5 butts, 1 brisket, 2 WRB hams.  6 racks of spares later and tomorrow I have 4 turkeys, 5 turkey breasts and some chicken to do.  I'll keep posting pics as long as you all can stand them.


----------



## SteerCrazy (Dec 20, 2006)

nice lookin start bill....good idea keepin those coats on the smoker and you don't have to worry about them catchin fire


----------



## wittdog (Dec 20, 2006)

Keep those pics coming...


----------



## Nick Prochilo (Dec 20, 2006)

Go Bill Go!


----------



## Bruce B (Dec 20, 2006)

YOU GO GIRLFRIEND!!!


----------



## Bill The Grill Guy (Dec 20, 2006)

Finally got the Turkeys and Breasts into the brine.  Used Nicks brine recipie.  I'll have them on tomorrow.


----------



## john pen (Dec 20, 2006)

Hey Bill..PBI or Nomex ? Enquiring minds want to know...


----------



## Bill The Grill Guy (Dec 20, 2006)

john pen said:
			
		

> Hey Bill..PBI or Nomex ? Enquiring minds want to know...



Nomex of course.  These are some old coats that we cant use in service anymore.  By the way, if you folks know any firefighters you may want to ask them if they have any old coats.  The NFPA standards have changed over the years and they should have some old coats around.

Here are some more pics for your viewing pleasure.  The hams are done and I have 6 racks of ribs on.


----------



## john a (Dec 20, 2006)

That looks wondeful. Are you cooking for a small army?
BTW, can't say I envy you for the cold.


----------



## Bill The Grill Guy (Dec 20, 2006)

oct_97 said:
			
		

> That looks wondeful. Are you cooking for a small army?
> BTW, can't say I envy you for the cold.



Yes, and no.  I started an email mailing list a few months ago.  I email my customers and let them know that I will be smoking on such and such a date and they place there orders.  Had so many orders this time that I had to split up two days.  I wont complain.  Its easy money.


----------



## Puff1 (Dec 20, 2006)

Lookin' good Bill


----------



## Cliff H. (Dec 20, 2006)

Great pics and great idea with the coats.  

What internal temp do you bring them hams to ?


----------



## ScottyDaQ (Dec 20, 2006)

Oh yeah.... There we go... Looks awesome!


----------



## john a (Dec 20, 2006)

Bill The Grill Guy said:
			
		

> [quote="oct_97":6i0jqcp9]That looks wondeful.

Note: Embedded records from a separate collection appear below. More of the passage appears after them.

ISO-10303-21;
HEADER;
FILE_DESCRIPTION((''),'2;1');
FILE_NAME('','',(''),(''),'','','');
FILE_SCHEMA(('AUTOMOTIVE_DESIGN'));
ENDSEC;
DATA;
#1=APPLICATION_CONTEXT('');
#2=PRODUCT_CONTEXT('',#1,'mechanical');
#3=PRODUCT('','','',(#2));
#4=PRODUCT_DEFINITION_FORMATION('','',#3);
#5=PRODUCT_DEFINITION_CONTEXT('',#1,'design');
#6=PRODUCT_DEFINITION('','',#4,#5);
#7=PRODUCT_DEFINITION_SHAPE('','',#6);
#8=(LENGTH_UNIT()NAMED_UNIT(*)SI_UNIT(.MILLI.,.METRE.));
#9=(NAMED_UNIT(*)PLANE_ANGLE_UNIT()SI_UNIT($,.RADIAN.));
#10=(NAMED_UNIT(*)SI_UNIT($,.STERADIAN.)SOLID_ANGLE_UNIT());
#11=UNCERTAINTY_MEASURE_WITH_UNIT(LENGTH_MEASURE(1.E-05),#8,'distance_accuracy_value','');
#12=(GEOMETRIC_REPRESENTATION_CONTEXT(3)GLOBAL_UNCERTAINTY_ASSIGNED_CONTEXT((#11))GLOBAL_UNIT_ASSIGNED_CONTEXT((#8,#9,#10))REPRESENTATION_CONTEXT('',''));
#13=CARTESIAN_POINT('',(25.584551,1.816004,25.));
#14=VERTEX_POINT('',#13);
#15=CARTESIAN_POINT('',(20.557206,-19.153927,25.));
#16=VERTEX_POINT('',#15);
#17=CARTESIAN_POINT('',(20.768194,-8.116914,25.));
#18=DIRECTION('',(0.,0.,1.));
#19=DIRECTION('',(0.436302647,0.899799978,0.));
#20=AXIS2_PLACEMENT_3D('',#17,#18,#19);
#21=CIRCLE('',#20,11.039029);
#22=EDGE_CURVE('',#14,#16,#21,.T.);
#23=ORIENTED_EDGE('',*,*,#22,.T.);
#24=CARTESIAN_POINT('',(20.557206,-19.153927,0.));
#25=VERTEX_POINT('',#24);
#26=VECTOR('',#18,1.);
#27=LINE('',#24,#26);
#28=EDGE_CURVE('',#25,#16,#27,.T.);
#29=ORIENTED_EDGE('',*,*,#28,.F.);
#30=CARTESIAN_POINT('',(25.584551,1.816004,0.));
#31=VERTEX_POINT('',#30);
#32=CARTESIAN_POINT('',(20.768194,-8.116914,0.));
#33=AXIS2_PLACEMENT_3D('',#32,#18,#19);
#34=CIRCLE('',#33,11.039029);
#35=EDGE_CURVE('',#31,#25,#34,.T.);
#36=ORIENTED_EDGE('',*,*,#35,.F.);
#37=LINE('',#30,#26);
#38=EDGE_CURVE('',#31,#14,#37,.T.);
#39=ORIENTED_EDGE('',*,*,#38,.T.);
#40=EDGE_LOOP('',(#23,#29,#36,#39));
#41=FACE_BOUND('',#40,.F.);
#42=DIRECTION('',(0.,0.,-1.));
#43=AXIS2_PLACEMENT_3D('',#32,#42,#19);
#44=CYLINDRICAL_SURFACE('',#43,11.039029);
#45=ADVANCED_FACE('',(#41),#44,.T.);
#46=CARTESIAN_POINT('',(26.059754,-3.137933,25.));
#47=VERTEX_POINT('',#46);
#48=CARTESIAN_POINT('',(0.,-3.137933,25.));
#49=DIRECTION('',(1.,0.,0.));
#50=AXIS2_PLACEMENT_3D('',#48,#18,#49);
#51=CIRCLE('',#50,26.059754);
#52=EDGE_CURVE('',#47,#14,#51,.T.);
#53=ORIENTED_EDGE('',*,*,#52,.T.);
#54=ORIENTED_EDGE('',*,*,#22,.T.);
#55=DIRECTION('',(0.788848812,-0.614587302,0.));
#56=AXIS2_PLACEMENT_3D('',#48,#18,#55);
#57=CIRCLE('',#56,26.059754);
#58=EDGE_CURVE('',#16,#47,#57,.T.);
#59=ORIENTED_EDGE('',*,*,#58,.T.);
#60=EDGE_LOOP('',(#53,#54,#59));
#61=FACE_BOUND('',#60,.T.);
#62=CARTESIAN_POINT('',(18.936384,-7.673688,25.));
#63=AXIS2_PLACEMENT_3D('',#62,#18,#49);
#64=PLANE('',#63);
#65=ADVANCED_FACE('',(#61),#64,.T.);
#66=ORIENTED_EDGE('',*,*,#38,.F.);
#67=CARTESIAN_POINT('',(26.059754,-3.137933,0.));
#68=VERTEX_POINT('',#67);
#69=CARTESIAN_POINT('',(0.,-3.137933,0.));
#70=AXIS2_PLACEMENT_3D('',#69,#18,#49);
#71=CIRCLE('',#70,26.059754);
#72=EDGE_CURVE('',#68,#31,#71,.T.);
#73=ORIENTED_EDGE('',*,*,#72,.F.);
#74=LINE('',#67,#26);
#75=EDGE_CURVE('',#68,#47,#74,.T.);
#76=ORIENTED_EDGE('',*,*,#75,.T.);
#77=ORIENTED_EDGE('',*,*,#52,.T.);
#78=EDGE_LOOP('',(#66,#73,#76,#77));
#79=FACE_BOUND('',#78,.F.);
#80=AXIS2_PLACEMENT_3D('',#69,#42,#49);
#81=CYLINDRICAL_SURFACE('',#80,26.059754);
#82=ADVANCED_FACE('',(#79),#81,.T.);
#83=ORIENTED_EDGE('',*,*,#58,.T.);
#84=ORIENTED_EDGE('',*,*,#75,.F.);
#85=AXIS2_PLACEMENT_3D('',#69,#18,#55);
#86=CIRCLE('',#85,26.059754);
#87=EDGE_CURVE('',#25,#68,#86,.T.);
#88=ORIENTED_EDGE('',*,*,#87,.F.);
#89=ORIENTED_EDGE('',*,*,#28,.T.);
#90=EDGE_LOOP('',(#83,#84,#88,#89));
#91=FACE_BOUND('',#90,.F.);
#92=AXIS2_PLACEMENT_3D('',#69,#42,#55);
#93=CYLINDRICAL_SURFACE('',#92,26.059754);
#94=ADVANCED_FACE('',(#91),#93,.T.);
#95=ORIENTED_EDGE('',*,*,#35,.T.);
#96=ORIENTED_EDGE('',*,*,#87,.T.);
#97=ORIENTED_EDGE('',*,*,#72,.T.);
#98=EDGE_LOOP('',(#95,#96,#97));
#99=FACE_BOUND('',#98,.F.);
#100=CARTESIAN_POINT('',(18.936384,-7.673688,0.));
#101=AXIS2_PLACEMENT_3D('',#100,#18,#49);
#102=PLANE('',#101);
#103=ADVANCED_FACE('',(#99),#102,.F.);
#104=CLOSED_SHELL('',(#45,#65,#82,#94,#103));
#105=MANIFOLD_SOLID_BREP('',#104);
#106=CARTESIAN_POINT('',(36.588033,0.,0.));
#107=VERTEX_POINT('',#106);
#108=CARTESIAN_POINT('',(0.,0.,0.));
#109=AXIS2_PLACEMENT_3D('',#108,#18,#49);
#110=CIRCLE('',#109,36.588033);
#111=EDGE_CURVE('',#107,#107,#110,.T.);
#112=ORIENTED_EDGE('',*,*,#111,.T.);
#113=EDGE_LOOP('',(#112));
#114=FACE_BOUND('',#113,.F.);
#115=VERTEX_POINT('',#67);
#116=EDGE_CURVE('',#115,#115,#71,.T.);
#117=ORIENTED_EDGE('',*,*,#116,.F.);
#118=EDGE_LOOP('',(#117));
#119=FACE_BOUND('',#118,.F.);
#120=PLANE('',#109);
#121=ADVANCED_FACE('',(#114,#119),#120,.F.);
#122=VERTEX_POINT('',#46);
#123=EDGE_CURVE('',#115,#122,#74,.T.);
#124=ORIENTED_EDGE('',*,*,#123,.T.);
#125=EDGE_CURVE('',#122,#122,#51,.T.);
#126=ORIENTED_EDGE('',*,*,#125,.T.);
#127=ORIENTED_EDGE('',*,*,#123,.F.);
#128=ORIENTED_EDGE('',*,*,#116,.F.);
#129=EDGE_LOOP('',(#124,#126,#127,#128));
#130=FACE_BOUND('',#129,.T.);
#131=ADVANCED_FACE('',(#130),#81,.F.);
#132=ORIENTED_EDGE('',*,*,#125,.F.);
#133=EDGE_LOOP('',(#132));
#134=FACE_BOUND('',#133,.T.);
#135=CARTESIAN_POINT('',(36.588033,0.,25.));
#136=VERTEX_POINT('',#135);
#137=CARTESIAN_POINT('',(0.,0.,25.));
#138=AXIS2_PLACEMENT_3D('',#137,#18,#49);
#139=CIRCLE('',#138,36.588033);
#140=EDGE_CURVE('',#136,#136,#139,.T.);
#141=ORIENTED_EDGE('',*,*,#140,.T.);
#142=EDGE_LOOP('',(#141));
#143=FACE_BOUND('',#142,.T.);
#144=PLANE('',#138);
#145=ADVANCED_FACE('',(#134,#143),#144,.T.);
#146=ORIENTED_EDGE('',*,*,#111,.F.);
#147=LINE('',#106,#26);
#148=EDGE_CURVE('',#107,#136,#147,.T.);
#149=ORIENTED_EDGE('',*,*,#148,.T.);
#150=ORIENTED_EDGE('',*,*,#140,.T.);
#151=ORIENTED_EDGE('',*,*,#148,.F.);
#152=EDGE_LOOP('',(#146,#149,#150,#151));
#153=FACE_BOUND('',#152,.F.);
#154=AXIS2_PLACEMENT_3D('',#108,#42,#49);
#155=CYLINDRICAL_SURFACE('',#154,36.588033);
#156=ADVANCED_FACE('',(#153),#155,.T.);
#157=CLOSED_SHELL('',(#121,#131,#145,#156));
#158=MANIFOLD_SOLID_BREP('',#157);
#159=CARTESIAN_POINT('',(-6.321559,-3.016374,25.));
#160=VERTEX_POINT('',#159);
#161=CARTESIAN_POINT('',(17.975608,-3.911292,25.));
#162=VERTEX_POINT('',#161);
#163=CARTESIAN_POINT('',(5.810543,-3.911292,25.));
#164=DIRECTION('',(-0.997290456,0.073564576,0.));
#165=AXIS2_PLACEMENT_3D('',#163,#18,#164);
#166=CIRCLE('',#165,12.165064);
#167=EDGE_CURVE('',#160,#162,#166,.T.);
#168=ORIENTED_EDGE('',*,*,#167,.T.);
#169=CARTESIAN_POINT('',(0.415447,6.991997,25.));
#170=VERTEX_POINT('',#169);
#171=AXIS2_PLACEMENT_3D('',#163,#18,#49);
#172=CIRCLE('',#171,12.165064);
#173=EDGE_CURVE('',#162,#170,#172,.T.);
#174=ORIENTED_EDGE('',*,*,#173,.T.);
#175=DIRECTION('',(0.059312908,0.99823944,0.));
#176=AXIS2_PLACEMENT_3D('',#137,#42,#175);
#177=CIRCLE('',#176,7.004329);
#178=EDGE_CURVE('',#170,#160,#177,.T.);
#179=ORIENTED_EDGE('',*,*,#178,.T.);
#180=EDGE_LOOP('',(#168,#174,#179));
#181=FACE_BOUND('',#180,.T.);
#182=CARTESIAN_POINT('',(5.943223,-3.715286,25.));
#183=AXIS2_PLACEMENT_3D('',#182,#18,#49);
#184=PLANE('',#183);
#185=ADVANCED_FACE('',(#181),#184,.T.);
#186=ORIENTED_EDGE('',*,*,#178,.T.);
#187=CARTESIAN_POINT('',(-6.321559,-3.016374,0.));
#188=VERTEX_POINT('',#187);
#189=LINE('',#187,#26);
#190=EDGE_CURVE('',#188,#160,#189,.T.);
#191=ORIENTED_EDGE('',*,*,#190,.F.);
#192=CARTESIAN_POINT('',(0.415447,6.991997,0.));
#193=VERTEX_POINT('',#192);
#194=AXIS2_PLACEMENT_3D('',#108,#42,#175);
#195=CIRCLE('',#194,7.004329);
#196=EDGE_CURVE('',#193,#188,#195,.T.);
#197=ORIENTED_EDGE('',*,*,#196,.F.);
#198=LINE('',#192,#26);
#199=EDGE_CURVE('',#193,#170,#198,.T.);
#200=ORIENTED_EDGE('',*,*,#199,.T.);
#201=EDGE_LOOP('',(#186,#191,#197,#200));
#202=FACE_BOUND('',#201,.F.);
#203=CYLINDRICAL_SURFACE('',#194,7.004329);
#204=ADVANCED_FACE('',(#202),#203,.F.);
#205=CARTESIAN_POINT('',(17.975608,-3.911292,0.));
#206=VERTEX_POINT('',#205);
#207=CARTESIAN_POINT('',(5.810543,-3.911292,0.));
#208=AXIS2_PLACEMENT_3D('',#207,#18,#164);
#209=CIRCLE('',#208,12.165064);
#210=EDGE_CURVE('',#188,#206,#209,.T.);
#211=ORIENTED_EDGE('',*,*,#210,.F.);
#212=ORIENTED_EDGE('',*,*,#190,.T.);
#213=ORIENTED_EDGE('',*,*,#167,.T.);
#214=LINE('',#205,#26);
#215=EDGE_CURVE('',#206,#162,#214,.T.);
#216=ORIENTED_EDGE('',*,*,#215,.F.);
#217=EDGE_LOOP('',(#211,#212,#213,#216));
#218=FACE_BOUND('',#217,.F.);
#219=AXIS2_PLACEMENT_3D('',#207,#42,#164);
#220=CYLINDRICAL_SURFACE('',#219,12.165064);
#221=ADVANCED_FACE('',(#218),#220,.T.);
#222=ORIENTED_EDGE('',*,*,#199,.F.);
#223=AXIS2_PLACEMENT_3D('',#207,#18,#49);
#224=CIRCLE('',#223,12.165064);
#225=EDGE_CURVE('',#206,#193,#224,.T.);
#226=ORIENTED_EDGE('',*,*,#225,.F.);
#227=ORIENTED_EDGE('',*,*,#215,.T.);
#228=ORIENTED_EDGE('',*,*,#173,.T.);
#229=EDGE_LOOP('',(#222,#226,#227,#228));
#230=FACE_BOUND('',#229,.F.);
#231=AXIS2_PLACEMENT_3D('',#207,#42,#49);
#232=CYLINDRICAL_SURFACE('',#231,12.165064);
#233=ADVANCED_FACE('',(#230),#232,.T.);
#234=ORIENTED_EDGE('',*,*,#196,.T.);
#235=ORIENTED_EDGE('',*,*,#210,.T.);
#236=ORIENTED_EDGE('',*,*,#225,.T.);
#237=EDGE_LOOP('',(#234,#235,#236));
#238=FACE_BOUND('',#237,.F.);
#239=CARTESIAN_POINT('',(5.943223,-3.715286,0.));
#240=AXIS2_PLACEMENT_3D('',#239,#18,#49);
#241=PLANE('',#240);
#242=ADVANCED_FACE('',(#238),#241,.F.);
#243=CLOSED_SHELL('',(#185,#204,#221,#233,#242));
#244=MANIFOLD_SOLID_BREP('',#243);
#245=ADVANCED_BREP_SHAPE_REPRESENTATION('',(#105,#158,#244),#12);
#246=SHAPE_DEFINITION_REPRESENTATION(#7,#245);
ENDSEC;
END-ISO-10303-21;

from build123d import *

# Parameters (mm, degrees)
F0_R     = 36.5880329935
F0_R_2   = 26.0597535875
F2_DEPTH = 25


with BuildPart() as f2:
    # F0 (on Top) → F2 (new body)
    with BuildSketch(Plane.XY):
        Circle(F0_R)
        with Locations((0, -3.1379330903)):
            Circle(F0_R_2, mode=Mode.SUBTRACT)
    extrude(amount=F2_DEPTH)


with BuildPart() as f2b:
    # F0 (on Top) → F2, piece 2 (new body)
    with BuildSketch(Plane.XY):
        with BuildLine():
            ThreePointArc((0.4154471066, 6.9919972632), (5.097575412, 4.8036805624), (7.0043288063, 0))
            ThreePointArc((7.0043288063, 0), (1.546341602, -6.8315042031), (-6.3215589318, -3.0163744294))
            ThreePointArc((-6.3215589318, -3.0163744294), (5.3627811466, -16.0681131443), (17.9756076154, -3.9112922186))
            ThreePointArc((17.9756076154, -3.9112922186), (12.2275946786, 6.4236117314), (0.4154471066, 6.9919972632))
        make_face()
    extrude(amount=F2_DEPTH)


with BuildPart() as f2c:
    # F1 (on face) → F2, piece 3 (new body)
    with BuildSketch(Plane.XY):
        with BuildLine():
            ThreePointArc((26.0597535875, -3.1379330903), (25.9406809612, -0.6495946263), (25.5845512192, 1.816004329))
            ThreePointArc((25.5845512192, 1.816004329), (10.0333502545, -5.5433353176), (20.5572056531, -19.1539267459))
            ThreePointArc((20.5572056531, -19.1539267459), (24.6457549165, -11.6053719969), (26.0597535875, -3.1379330903))
        make_face()
    extrude(amount=F2_DEPTH)


solid = Compound([f2.part, f2b.part, f2c.part])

Are you cooking for a small army?
> BTW, can't say I envy you for the cold.



Yes, and no.  I started an email mailing list a few months ago.  I email my customers and let them know that I will be smoking on such and such a date and they place there orders.  Had so many orders this time that I had to split up two days.  I wont complain.  Its easy money.[/quote:6i0jqcp9]


And you get to have all the fun. I manage a good size hotel, we do email blasts from time to time, yes, they are very successful. For us the key is not to overdue them.


----------



## Bill The Grill Guy (Dec 20, 2006)

ZBQ said:
			
		

> Ok, I know this is a dumb question, but, what is a WRB ham and what did you do with it before smoking and what temp did you take it to?
> 
> I want to make one!!!
> 
> ...



WRB is Wolfe Rub Bold.  Only the best rub on the market, next to Wolfe Rub Original.  The ham was "hickory smoked" from the store.  All I did is cut off the rind and re-smoke it.  I added the WRB before smoking.  Came out great.  Added more smoke to it.

Here are a few finished pics of the ribs and brisket.


----------



## Cliff H. (Dec 20, 2006)

How do you advise people to reheat a whole rack of ribs?


----------



## john a (Dec 21, 2006)

Still have my address?


----------



## LarryWolfe (Dec 21, 2006)

Cliff H. said:
			
		

> How do you advise people to reheat a whole rack of ribs?



Cliff, I vacuum seal ribs for my customers as well.  I recommend they reheat them in a pot of boiling water for 30 minutes or until hot, then remove from the bag.  Or you can remove them from the bag first and wrap in foil and reheat in a 325* oven for approximately 30 minutes or until hot.


----------



## wittdog (Dec 21, 2006)

Man everthing looks great BTG another great cook.


----------



## ScottyDaQ (Dec 21, 2006)

MmmMMM ! Nice ring


----------



## Bill The Grill Guy (Dec 21, 2006)

Larry Wolfe said:
			
		

> [quote="Cliff H.":335vg43n]How do you advise people to reheat a whole rack of ribs?



Cliff, I vacuum seal ribs for my customers as well.  I recommend they reheat them in a pot of boiling water for 30 minutes or until hot, then remove from the bag.  Or you can remove them from the bag first and wrap in foil and reheat in a 325* oven for approximately 30 minutes or until hot.[/quote:335vg43n]

Yep, what Larry said.  

Thanks for the comments guys.  It was a LOOOOOONG day.


----------